Poi c’è l’agroalimentare. Le produzioni italiane hanno un momento d’oro nel mondo. Il settore già oggi va bene e le esportazioni crescono, ma con adeguate politiche esse, secondo diversi operatori, potrebbero raddoppiare facilmente nel giro di pochissimi anni. Anche in questo caso il lavoro da fare sarebbe molto, ma i risultati sarebbero abbastanza facilmente a portata di mano.

Ricordiamo ancora infine il comparto dei porti e della relativa logistica. L’Italia sarebbe, per la sua posizione, l’approdo naturale più ovvio dei traffici marittimi tra l’Asia e l’Europa. Ma ovviamente la concorrenza è molto forte e sino a oggi hanno colto l’occasione non solo i grandi porti del nord Europa, ma tendenzialmente anche qualche paese africano. Il nostro immobilismo appare quasi totale e irresponsabile. Anche in questo caso sarebbero necessari importanti investimenti infrastrutturali, ma si fa molto poco. Tra l’altro l’esistenza di due porti potenzialmente molto appetibili come quelli di Taranto e di Gioia Tauro potrebbe fare del settore un volano fondamentale per il decollo dell’economia del Sud.

Su di un altro piano, a proposito di imprevidenza pubblica e privata, come risulta anche da articoli apparsi di recente sulla stampa straniera, il settore della moda e del tessile-abbigliamento, che continua per una larga parte ad andare bene e a esportare, presenta, oltre al già citato problema della conquista da parte delle grandi multinazionali estere, un’altra questione molto rilevante, di cui nessuno si cura, quella del ricambio del personale. I giovani apparentemente non gradiscono il tipo di lavori che offre il settore e manca quindi in gran parte il ricambio generazionale. Sembra che tra vent’anni, se continuasse il trend attuale, il business sarebbe già pressoché affondato dalla mancanza di quella manodopera specializzata che fa ancora oggi la forza del settore nel nostro paese. Ma né gli imprenditori del settore, né la mano pubblica fanno molto in proposito.

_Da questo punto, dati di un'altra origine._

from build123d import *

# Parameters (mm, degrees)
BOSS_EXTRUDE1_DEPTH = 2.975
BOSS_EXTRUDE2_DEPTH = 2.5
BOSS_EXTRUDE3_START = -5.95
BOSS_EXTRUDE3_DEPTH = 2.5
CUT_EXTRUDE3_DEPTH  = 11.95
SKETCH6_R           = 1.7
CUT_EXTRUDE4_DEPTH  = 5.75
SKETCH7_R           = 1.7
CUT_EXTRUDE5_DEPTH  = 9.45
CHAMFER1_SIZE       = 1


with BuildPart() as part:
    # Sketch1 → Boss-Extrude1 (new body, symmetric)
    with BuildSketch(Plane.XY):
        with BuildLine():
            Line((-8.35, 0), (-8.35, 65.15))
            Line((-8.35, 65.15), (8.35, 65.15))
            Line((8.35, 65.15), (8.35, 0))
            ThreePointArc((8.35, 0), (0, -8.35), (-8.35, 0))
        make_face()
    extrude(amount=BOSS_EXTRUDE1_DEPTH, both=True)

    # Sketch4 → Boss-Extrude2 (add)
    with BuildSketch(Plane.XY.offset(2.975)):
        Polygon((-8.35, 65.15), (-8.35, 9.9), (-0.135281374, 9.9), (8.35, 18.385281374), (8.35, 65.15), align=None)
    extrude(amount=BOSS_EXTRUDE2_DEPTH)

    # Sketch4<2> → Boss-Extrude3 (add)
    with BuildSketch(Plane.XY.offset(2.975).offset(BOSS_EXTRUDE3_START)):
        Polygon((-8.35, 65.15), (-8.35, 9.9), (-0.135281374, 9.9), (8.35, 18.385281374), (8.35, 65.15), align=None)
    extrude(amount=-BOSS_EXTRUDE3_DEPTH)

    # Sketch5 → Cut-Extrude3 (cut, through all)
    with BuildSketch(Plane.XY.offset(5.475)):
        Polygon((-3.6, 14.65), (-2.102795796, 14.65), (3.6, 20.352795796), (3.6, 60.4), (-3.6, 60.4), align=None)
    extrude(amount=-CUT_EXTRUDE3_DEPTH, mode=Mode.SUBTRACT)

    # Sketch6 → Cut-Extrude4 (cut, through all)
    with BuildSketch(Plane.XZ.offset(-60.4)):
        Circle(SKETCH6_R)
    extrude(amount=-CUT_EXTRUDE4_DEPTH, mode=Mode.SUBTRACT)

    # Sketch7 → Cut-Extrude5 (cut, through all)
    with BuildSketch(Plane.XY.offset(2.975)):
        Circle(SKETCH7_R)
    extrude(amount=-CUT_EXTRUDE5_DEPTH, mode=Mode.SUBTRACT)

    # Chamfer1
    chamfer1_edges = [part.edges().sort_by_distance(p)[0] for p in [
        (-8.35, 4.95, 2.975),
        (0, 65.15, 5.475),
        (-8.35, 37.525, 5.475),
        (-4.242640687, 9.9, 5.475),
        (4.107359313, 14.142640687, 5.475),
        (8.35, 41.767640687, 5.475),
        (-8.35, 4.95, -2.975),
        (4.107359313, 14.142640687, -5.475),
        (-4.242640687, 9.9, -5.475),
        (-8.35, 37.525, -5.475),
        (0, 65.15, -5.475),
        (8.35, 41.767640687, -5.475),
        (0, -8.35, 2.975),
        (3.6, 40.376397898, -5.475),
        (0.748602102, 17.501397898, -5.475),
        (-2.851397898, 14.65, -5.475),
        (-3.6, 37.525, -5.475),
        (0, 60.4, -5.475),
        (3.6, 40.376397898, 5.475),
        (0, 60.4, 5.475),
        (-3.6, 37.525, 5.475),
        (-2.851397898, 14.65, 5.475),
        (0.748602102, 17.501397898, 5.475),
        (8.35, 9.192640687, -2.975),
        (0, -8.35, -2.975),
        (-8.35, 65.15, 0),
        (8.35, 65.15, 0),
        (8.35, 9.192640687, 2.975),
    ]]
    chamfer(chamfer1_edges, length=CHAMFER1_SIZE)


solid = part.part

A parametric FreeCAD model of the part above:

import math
import FreeCAD as App
import Part
import Sketcher
from FreeCAD import Vector
Q = App.Units.Quantity


def edges_at(feature, points):
    """Names of the edges that pass closest to the given points."""
    edges = feature.Shape.Edges
    near = lambda p: min(range(len(edges)), key=lambda i: edges[i].distToShape(Part.Vertex(*p))[0])
    return sorted({f"Edge{near(p) + 1}" for p in points})

doc = App.newDocument("Part")
body = doc.addObject("PartDesign::Body", "Body")

# Sketch on XY plane
sketch1 = body.newObject("Sketcher::SketchObject", "Sketch")
sketch1.AttachmentSupport = (doc.getObject("XY_Plane"), [""])
sketch1.MapMode = "FlatFace"
sketch1.addGeometry([
    Part.LineSegment(Vector(-8, 65, 0), Vector(-8, 0, 0)),
    Part.ArcOfCircle(Part.Circle(Vector(0, 0, 0), Vector(0, 0, 1), 8), math.radians(180), math.radians(360)),
    Part.LineSegment(Vector(8, 0, 0), Vector(8, 65, 0)),
    Part.LineSegment(Vector(8, 65, 0), Vector(-8, 65, 0)),
], False)
sketch1.addConstraint([
    Sketcher.Constraint("Tangent", 0, 2, 1, 1),
    Sketcher.Constraint("Tangent", 1, 2, 2, 1),
    Sketcher.Constraint("Coincident", 2, 2, 3, 1),
    Sketcher.Constraint("Coincident", 3, 2, 0, 1),
    Sketcher.Constraint("Vertical", 0),
    Sketcher.Constraint("Vertical", 2),
    Sketcher.Constraint("Horizontal", 3),
    Sketcher.Constraint("Coincident", 1, 3, -1, 1),
    Sketcher.Constraint("Radius", 1, Q("8.35 mm")),
    Sketcher.Constraint("DistanceY", 0, 2, 0, 1, Q("65.15 mm")),
])
pad1 = body.newObject("PartDesign::Pad", "Pad")
pad1.Profile = sketch1
pad1.Length = 5.95
pad1.Midplane = True

# Sketch on XY plane
sketch2 = body.newObject("Sketcher::SketchObject", "Sketch001")
sketch2.AttachmentSupport = (doc.getObject("XY_Plane"), [""])
sketch2.MapMode = "FlatFace"
sketch2.AttachmentOffset = App.Placement(Vector(0, 0, 2.975), App.Rotation())
sketch2.addGeometry([
    Part.LineSegment(Vector(-8, 65, 0), Vector(-8, 10, 0)),  # 0
    Part.LineSegment(Vector(-8, 10, 0), Vector(0, 10, 0)),  # 1
    Part.LineSegment(Vector(0, 10, 0), Vector(8, 18, 0)),  # 2
    Part.LineSegment(Vector(8, 18, 0), Vector(8, 65, 0)),  # 3
    Part.LineSegment(Vector(8, 65, 0), Vector(-8, 65, 0)),  # 4
], False)
sketch2.addConstraint([
    Sketcher.Constraint("Coincident", 0, 2, 1, 1),
    Sketcher.Constraint("Coincident", 1, 2, 2, 1),
    Sketcher.Constraint("Coincident", 2, 2, 3, 1),
    Sketcher.Constraint("Coincident", 3, 2, 4, 1),
    Sketcher.Constraint("Coincident", 4, 2, 0, 1),
    Sketcher.Constraint("Vertical", 0),
    Sketcher.Constraint("Horizontal", 1),
    Sketcher.Constraint("Vertical", 3),
    Sketcher.Constraint("Horizontal", 4),
    Sketcher.Constraint("Angle", 2, Q("45 deg")),
    Sketcher.Constraint("Distance", 2, Q("12 mm")),
    Sketcher.Constraint("DistanceX", 4, 2, 4, 1, Q("16.7 mm")),
    Sketcher.Constraint("DistanceY", 0, 2, 0, 1, Q("55.25 mm")),
    Sketcher.Constraint("DistanceY", -1, 1, 0, 2, Q("9.9 mm")),
    Sketcher.Constraint("DistanceX", 0, 2, -1, 1, Q("8.35 mm")),
])
pad2 = body.newObject("PartDesign::Pad", "Pad001")
pad2.Profile = sketch2
pad2.Length = 2.5

# Sketch on XY plane
sketch3 = body.newObject("Sketcher::SketchObject", "Sketch002")
sketch3.AttachmentSupport = (doc.getObject("XY_Plane"), [""])
sketch3.MapMode = "FlatFace"
sketch3.AttachmentOffset = App.Placement(Vector(0, 0, -2.975), App.Rotation())
sketch3.addGeometry([
    Part.LineSegment(Vector(-8, 65, 0), Vector(-8, 10, 0)),  # 0
    Part.LineSegment(Vector(-8, 10, 0), Vector(0, 10, 0)),  # 1
    Part.LineSegment(Vector(0, 10, 0), Vector(8, 18, 0)),  # 2
    Part.LineSegment(Vector(8, 18, 0), Vector(8, 65, 0)),  # 3
    Part.LineSegment(Vector(8, 65, 0), Vector(-8, 65, 0)),  # 4
], False)
sketch3.addConstraint([
    Sketcher.Constraint("Coincident", 0, 2, 1, 1),
    Sketcher.Constraint("Coincident", 1, 2, 2, 1),
    Sketcher.Constraint("Coincident", 2, 2, 3, 1),
    Sketcher.Constraint("Coincident", 3, 2, 4, 1),
    Sketcher.Constraint("Coincident", 4, 2, 0, 1),
    Sketcher.Constraint("Vertical", 0),
    Sketcher.Constraint("Horizontal", 1),
    Sketcher.Constraint("Vertical", 3),
    Sketcher.Constraint("Horizontal", 4),
    Sketcher.Constraint("Angle", 2, Q("45 deg")),
    Sketcher.Constraint("Distance", 2, Q("12 mm")),
    Sketcher.Constraint("DistanceX", 4, 2, 4, 1, Q("16.7 mm")),
    Sketcher.Constraint("DistanceY", 0, 2, 0, 1, Q("55.25 mm")),
    Sketcher.Constraint("DistanceY", -1, 1, 0, 2, Q("9.9 mm")),
    Sketcher.Constraint("DistanceX", 0, 2, -1, 1, Q("8.35 mm")),
])
pad3 = body.newObject("PartDesign::Pad", "Pad002")
pad3.Profile = sketch3
pad3.Length = 2.5
pad3.Reversed = True

# Sketch on XY plane
sketch4 = body.newObject("Sketcher::SketchObject", "Sketch003")
sketch4.AttachmentSupport = (doc.getObject("XY_Plane"), [""])
sketch4.MapMode = "FlatFace"
sketch4.AttachmentOffset = App.Placement(Vector(0, 0, 5.475), App.Rotation())
sketch4.addGeometry([
    Part.LineSegment(Vector(-3.6, 14.7, 0), Vector(-2.1, 14.7, 0)),  # 0
    Part.LineSegment(Vector(-2.1, 14.7, 0), Vector(3.6, 20.4, 0)),  # 1
    Part.LineSegment(Vector(3.6, 20.4, 0), Vector(3.6, 60.4, 0)),  # 2
    Part.LineSegment(Vector(3.6, 60.4, 0), Vector(-3.6, 60.4, 0)),  # 3
    Part.LineSegment(Vector(-3.6, 60.4, 0), Vector(-3.6, 14.7, 0)),  # 4
], False)
sketch4.addConstraint([
    Sketcher.Constraint("Coincident", 0, 2, 1, 1),
    Sketcher.Constraint("Coincident", 1, 2, 2, 1),
    Sketcher.Constraint("Coincident", 2, 2, 3, 1),
    Sketcher.Constraint("Coincident", 3, 2, 4, 1),
    Sketcher.Constraint("Coincident", 4, 2, 0, 1),
    Sketcher.Constraint("Horizontal", 0),
    Sketcher.Constraint("Vertical", 2),
    Sketcher.Constraint("Horizontal", 3),
    Sketcher.Constraint("Vertical", 4),
    Sketcher.Constraint("Angle", 1, Q("45 deg")),
    Sketcher.Constraint("DistanceX", 3, 2, 3, 1, Q("7.2 mm")),
    Sketcher.Constraint("DistanceY", 4, 2, 4, 1, Q("45.75 mm")),
    Sketcher.Constraint("DistanceX", -1, 1, 1, 2, Q("3.6 mm")),
    Sketcher.Constraint("DistanceY", -1, 1, 2, 2, Q("60.4 mm")),
    Sketcher.Constraint("Distance", 1, Q("8.064971 mm")),
])
pocket1 = body.newObject("PartDesign::Pocket", "Pocket")
pocket1.Profile = sketch4
pocket1.Type = "ThroughAll"

# Sketch on XZ plane
sketch5 = body.newObject("Sketcher::SketchObject", "Sketch004")
sketch5.AttachmentSupport = (doc.getObject("XZ_Plane"), [""])
sketch5.MapMode = "FlatFace"
sketch5.AttachmentOffset = App.Placement(Vector(0, 0, -60.4), App.Rotation())
sketch5.addGeometry(Part.Circle(Vector(0, 0, 0), Vector(0, 0, 1), 1.7), False)
sketch5.addConstraint([
    Sketcher.Constraint("Coincident", 0, 3, -1, 1),
    Sketcher.Constraint("Diameter", 0, Q("3.4 mm")),
])
pocket2 = body.newObject("PartDesign::Pocket", "Pocket001")
pocket2.Profile = sketch5
pocket2.Type = "ThroughAll"

# Sketch on XY plane
sketch6 = body.newObject("Sketcher::SketchObject", "Sketch005")
sketch6.AttachmentSupport = (doc.getObject("XY_Plane"), [""])
sketch6.MapMode = "FlatFace"
sketch6.AttachmentOffset = App.Placement(Vector(0, 0, 2.975), App.Rotation())
sketch6.addGeometry(Part.Circle(Vector(0, 0, 0), Vector(0, 0, 1), 1.7), False)
sketch6.addConstraint([
    Sketcher.Constraint("Coincident", 0, 3, -1, 1),
    Sketcher.Constraint("Diameter", 0, Q("3.4 mm")),
])
pocket3 = body.newObject("PartDesign::Pocket", "Pocket002")
pocket3.Profile = sketch6
pocket3.Type = "ThroughAll"
doc.recompute()

chamfer = body.newObject("PartDesign::Chamfer", "Chamfer")
chamfer.Base = (pocket3, edges_at(pocket3, [
    (-8.35, 4.95, 2.975),
    (0, 65.15, 5.475),
    (-8.35, 37.525, 5.475),
    (-4.243, 9.9, 5.475),
    (4.107, 14.143, 5.475),
    (8.35, 41.768, 5.475),
    (-8.35, 4.95, -2.975),
    (4.107, 14.143, -5.475),
    (-4.243, 9.9, -5.475),
    (-8.35, 37.525, -5.475),
    (0, 65.15, -5.475),
    (8.35, 41.768, -5.475),
    (0, -8.35, 2.975),
    (3.6, 40.376, -5.475),
    (0.749, 17.501, -5.475),
    (-2.851, 14.65, -5.475),
    (-3.6, 37.525, -5.475),
    (0, 60.4, -5.475),
    (3.6, 40.376, 5.475),
    (0, 60.4, 5.475),
    (-3.6, 37.525, 5.475),
    (-2.851, 14.65, 5.475),
    (0.749, 17.501, 5.475),
    (8.35, 9.193, -2.975),
    (0, -8.35, -2.975),
    (-8.35, 65.15, 0),
    (8.35, 65.15, 0),
    (8.35, 9.193, 2.975),
]))
chamfer.Size = 1

doc.recompute()
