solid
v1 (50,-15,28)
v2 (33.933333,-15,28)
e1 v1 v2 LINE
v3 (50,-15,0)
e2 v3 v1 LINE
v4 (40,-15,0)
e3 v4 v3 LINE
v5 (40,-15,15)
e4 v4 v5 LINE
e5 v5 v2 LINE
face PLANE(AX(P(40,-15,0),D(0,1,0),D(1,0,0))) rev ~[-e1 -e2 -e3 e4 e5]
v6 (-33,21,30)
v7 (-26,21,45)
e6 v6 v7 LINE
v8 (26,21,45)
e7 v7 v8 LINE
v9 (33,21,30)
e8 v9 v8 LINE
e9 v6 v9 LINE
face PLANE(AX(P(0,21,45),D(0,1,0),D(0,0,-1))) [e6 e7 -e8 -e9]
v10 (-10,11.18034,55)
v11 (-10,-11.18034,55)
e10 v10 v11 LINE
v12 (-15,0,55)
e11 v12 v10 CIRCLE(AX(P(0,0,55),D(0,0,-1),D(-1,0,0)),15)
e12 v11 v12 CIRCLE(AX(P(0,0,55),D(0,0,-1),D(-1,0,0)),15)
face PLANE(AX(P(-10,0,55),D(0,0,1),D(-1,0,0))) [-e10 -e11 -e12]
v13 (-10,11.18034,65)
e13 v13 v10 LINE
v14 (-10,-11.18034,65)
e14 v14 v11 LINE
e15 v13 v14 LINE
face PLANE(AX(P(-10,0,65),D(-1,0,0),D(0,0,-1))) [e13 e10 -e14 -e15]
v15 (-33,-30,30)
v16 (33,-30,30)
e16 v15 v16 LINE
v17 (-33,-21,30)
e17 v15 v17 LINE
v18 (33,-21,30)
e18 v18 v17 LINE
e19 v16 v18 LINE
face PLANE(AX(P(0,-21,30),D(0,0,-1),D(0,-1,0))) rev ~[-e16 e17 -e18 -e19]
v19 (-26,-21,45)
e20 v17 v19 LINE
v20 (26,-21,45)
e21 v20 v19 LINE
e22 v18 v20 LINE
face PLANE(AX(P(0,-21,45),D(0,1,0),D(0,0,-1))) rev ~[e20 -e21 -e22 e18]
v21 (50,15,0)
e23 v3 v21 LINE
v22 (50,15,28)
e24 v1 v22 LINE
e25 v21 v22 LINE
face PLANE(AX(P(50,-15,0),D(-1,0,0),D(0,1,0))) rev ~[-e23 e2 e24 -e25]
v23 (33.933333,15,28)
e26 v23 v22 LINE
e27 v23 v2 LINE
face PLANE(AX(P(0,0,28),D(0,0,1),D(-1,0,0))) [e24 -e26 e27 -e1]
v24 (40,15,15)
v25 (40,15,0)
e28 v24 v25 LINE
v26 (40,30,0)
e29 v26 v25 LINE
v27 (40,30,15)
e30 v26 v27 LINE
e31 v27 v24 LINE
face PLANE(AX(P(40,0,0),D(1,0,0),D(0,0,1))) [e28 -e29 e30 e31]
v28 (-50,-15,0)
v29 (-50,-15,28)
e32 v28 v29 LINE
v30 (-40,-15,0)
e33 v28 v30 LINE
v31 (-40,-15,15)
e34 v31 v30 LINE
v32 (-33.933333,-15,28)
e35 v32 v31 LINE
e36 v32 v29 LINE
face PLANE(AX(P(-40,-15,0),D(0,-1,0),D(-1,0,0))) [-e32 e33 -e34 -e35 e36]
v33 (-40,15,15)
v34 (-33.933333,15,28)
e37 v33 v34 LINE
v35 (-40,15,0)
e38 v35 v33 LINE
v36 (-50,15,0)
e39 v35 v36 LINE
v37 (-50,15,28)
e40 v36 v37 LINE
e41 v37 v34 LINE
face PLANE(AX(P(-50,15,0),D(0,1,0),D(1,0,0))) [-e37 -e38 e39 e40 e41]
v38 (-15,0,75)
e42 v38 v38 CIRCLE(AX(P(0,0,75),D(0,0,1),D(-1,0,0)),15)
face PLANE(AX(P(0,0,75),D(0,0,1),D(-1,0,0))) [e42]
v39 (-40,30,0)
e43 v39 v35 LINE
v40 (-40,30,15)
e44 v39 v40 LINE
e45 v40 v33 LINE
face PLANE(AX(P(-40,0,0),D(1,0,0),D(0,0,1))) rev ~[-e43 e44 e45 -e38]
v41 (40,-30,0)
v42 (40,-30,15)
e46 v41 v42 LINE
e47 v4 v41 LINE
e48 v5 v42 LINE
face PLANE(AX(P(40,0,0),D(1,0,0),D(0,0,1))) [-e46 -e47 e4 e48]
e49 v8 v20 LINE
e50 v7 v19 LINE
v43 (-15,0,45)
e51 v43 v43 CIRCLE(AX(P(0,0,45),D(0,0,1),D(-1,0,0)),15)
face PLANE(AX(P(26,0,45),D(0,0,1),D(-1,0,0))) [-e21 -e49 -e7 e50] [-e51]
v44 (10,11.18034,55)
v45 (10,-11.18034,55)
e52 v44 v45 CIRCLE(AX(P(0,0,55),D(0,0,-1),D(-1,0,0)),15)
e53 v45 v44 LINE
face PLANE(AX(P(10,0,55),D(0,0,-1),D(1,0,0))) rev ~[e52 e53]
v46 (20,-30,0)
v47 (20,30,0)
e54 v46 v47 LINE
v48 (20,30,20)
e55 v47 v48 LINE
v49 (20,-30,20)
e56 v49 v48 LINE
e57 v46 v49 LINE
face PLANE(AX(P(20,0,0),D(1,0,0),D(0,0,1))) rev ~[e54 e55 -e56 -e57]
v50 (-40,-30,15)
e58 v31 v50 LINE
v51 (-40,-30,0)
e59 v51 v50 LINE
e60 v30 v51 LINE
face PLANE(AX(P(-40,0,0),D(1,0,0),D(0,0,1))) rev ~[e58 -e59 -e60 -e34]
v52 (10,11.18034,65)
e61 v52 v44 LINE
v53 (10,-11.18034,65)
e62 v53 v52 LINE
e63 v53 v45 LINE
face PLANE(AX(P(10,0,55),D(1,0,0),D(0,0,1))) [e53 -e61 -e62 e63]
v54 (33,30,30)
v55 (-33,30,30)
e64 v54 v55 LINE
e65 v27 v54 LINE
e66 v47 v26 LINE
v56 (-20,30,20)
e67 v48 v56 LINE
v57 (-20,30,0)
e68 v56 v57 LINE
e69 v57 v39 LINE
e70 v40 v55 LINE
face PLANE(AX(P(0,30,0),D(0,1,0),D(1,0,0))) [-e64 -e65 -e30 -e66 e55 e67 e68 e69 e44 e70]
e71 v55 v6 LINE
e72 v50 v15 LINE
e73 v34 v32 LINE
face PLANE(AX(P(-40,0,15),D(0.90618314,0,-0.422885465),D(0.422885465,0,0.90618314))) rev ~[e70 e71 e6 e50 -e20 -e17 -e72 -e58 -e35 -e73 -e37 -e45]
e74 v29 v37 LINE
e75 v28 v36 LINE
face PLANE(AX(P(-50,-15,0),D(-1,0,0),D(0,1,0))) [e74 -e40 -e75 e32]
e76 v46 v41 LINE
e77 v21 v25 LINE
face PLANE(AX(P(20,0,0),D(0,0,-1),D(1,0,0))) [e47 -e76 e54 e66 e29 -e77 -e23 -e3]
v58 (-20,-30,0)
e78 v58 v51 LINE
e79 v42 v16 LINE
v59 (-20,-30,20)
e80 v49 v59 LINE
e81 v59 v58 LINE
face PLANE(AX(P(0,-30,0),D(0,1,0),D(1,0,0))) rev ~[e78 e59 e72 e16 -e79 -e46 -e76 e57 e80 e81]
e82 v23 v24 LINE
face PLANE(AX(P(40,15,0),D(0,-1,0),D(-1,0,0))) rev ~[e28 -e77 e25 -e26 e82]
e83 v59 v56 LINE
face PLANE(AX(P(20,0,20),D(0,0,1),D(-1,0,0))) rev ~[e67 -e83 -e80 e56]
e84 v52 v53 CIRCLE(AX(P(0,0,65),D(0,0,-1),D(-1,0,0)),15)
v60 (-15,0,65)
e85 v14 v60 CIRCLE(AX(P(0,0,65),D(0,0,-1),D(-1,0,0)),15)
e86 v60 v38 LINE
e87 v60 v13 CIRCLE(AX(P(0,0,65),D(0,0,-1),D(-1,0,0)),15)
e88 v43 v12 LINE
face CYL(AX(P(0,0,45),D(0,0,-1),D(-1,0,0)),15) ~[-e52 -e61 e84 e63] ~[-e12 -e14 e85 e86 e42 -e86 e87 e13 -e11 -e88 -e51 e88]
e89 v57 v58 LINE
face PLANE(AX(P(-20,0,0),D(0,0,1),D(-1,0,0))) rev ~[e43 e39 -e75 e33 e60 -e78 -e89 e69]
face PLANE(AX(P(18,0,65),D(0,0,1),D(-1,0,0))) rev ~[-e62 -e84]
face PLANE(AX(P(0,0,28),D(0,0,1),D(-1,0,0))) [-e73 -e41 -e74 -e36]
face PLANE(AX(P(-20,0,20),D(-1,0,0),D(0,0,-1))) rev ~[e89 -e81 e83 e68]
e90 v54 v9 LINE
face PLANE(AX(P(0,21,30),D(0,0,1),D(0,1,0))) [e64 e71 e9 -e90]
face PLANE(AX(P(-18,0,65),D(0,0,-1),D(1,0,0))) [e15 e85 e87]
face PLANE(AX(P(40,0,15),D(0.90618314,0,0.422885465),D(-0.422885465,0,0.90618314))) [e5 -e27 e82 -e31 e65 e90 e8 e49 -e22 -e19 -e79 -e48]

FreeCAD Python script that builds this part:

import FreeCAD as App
import Part
import Sketcher

V = App.Vector

doc = App.newDocument("Part")
body = doc.addObject("PartDesign::Body", "Body")

sketch1 = body.newObject("Sketcher::SketchObject", "Sketch")
sketch1.AttachmentSupport = (doc.getObject("XZ_Plane"), [""])
sketch1.MapMode = "FlatFace"
sketch1.addGeometry([
    Part.LineSegment(V(40, 0, 0), V(20, 0, 0)),
    Part.LineSegment(V(20, 0, 0), V(20, 20, 0)),
    Part.LineSegment(V(20, 20, 0), V(-20, 20, 0)),
    Part.LineSegment(V(-20, 20, 0), V(-20, 0, 0)),
    Part.LineSegment(V(-20, 0, 0), V(-40, 0, 0)),
    Part.LineSegment(V(-40, 0, 0), V(-40, 15, 0)),
    Part.LineSegment(V(-40, 15, 0), V(-26, 45, 0)),
    Part.LineSegment(V(-26, 45, 0), V(26, 45, 0)),
    Part.LineSegment(V(26, 45, 0), V(40, 15, 0)),
    Part.LineSegment(V(40, 15, 0), V(40, 0, 0)),
], False)
sketch1.addConstraint([
    Sketcher.Constraint("Coincident", 0, 2, 1, 1),
    Sketcher.Constraint("Coincident", 1, 2, 2, 1),
    Sketcher.Constraint("Coincident", 2, 2, 3, 1),
    Sketcher.Constraint("Coincident", 3, 2, 4, 1),
    Sketcher.Constraint("Coincident", 4, 2, 5, 1),
    Sketcher.Constraint("Coincident", 5, 2, 6, 1),
    Sketcher.Constraint("Coincident", 6, 2, 7, 1),
    Sketcher.Constraint("Coincident", 7, 2, 8, 1),
    Sketcher.Constraint("Coincident", 8, 2, 9, 1),
    Sketcher.Constraint("Coincident", 9, 2, 0, 1),
    Sketcher.Constraint("Horizontal", 0),
    Sketcher.Constraint("Vertical", 1),
    Sketcher.Constraint("Horizontal", 2),
    Sketcher.Constraint("Vertical", 3),
    Sketcher.Constraint("Horizontal", 4),
    Sketcher.Constraint("Vertical", 5),
    Sketcher.Constraint("Horizontal", 7),
    Sketcher.Constraint("Vertical", 9),
    Sketcher.Constraint("Symmetric", 0, 2, 3, 2, -1, 1),
    Sketcher.Constraint("Symmetric", 5, 2, 8, 2, -2),
    Sketcher.Constraint("PointOnObject", 0, 2, -1),
    Sketcher.Constraint("Equal", 4, 1),
    Sketcher.Constraint("Equal", 6, 8),
    Sketcher.Constraint("DistanceY", 5, 1, 5, 2, 15.0),
    Sketcher.Constraint("DistanceX", 6, 2, -1, 1, 26.0),
    Sketcher.Constraint("DistanceX", 0, 2, 0, 1, 20.0),
    Sketcher.Constraint("DistanceX", 2, 2, 2, 1, 40.0),
    Sketcher.Constraint("DistanceY", -1, 1, 6, 2, 45.0),
])
pad1 = body.newObject("PartDesign::Pad", "Pad")
pad1.Profile = sketch1
pad1.Length = 60
pad1.Midplane = True

sketch2 = body.newObject("Sketcher::SketchObject", "Sketch001")
sketch2.AttachmentSupport = (doc.getObject("YZ_Plane"), [""])
sketch2.MapMode = "FlatFace"
sketch2.addGeometry([
    Part.LineSegment(V(-21, 45, 0), V(-30, 45, 0)),
    Part.LineSegment(V(-30, 45, 0), V(-30, 30, 0)),
    Part.LineSegment(V(-30, 30, 0), V(-21, 30, 0)),
    Part.LineSegment(V(-21, 30, 0), V(-21, 45, 0)),
    Part.LineSegment(V(30, 45, 0), V(21, 45, 0)),
    Part.LineSegment(V(21, 45, 0), V(21, 30, 0)),
    Part.LineSegment(V(21, 30, 0), V(30, 30, 0)),
    Part.LineSegment(V(30, 30, 0), V(30, 45, 0)),
], False)
sketch2.addConstraint([
    Sketcher.Constraint("Coincident", 0, 2, 1, 1),
    Sketcher.Constraint("Coincident", 1, 2, 2, 1),
    Sketcher.Constraint("Coincident", 2, 2, 3, 1),
    Sketcher.Constraint("Coincident", 3, 2, 0, 1),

Vogliamo a questo punto aggiungere soltanto che, se andassimo alla ricerca di ulteriori mosse che portino un sostegno importante alla nostra economia, secondo studi fatti già da molto tempo la messa in opera, nel settore delle comunicazioni, della banda larga in tutto il paese, nonché la riforma del codice civile, potrebbero portare da soli un aumento del Pil annuo di almeno un punto all’anno, ma probabilmente anche di più.

Conclusioni

L’insipienza imprenditoriale, le derive del sistema finanziario, la mancanza di politiche pubbliche adeguate, contribuiscono a spiegare il pessimo stato in cui si trovano diversi settori di attività nel nostro paese. Ma, per altro verso, può apparire anche comodo, in un certo senso, adagiarsi sui mali antichi della nostra condizione e giustificare, facendo appello anche ai vincoli dell’eurozona, un fatalismo rassegnato e inerte. In realtà, abbiamo cercato di indicare, almeno parzialmente, come, nonostante tutto, esistano rilevanti spazi di intervento e molto si potrebbe fare per cercare di raddrizzare almeno in parte la situazione. Ma ci vuole qualcuno che si metta al lavoro.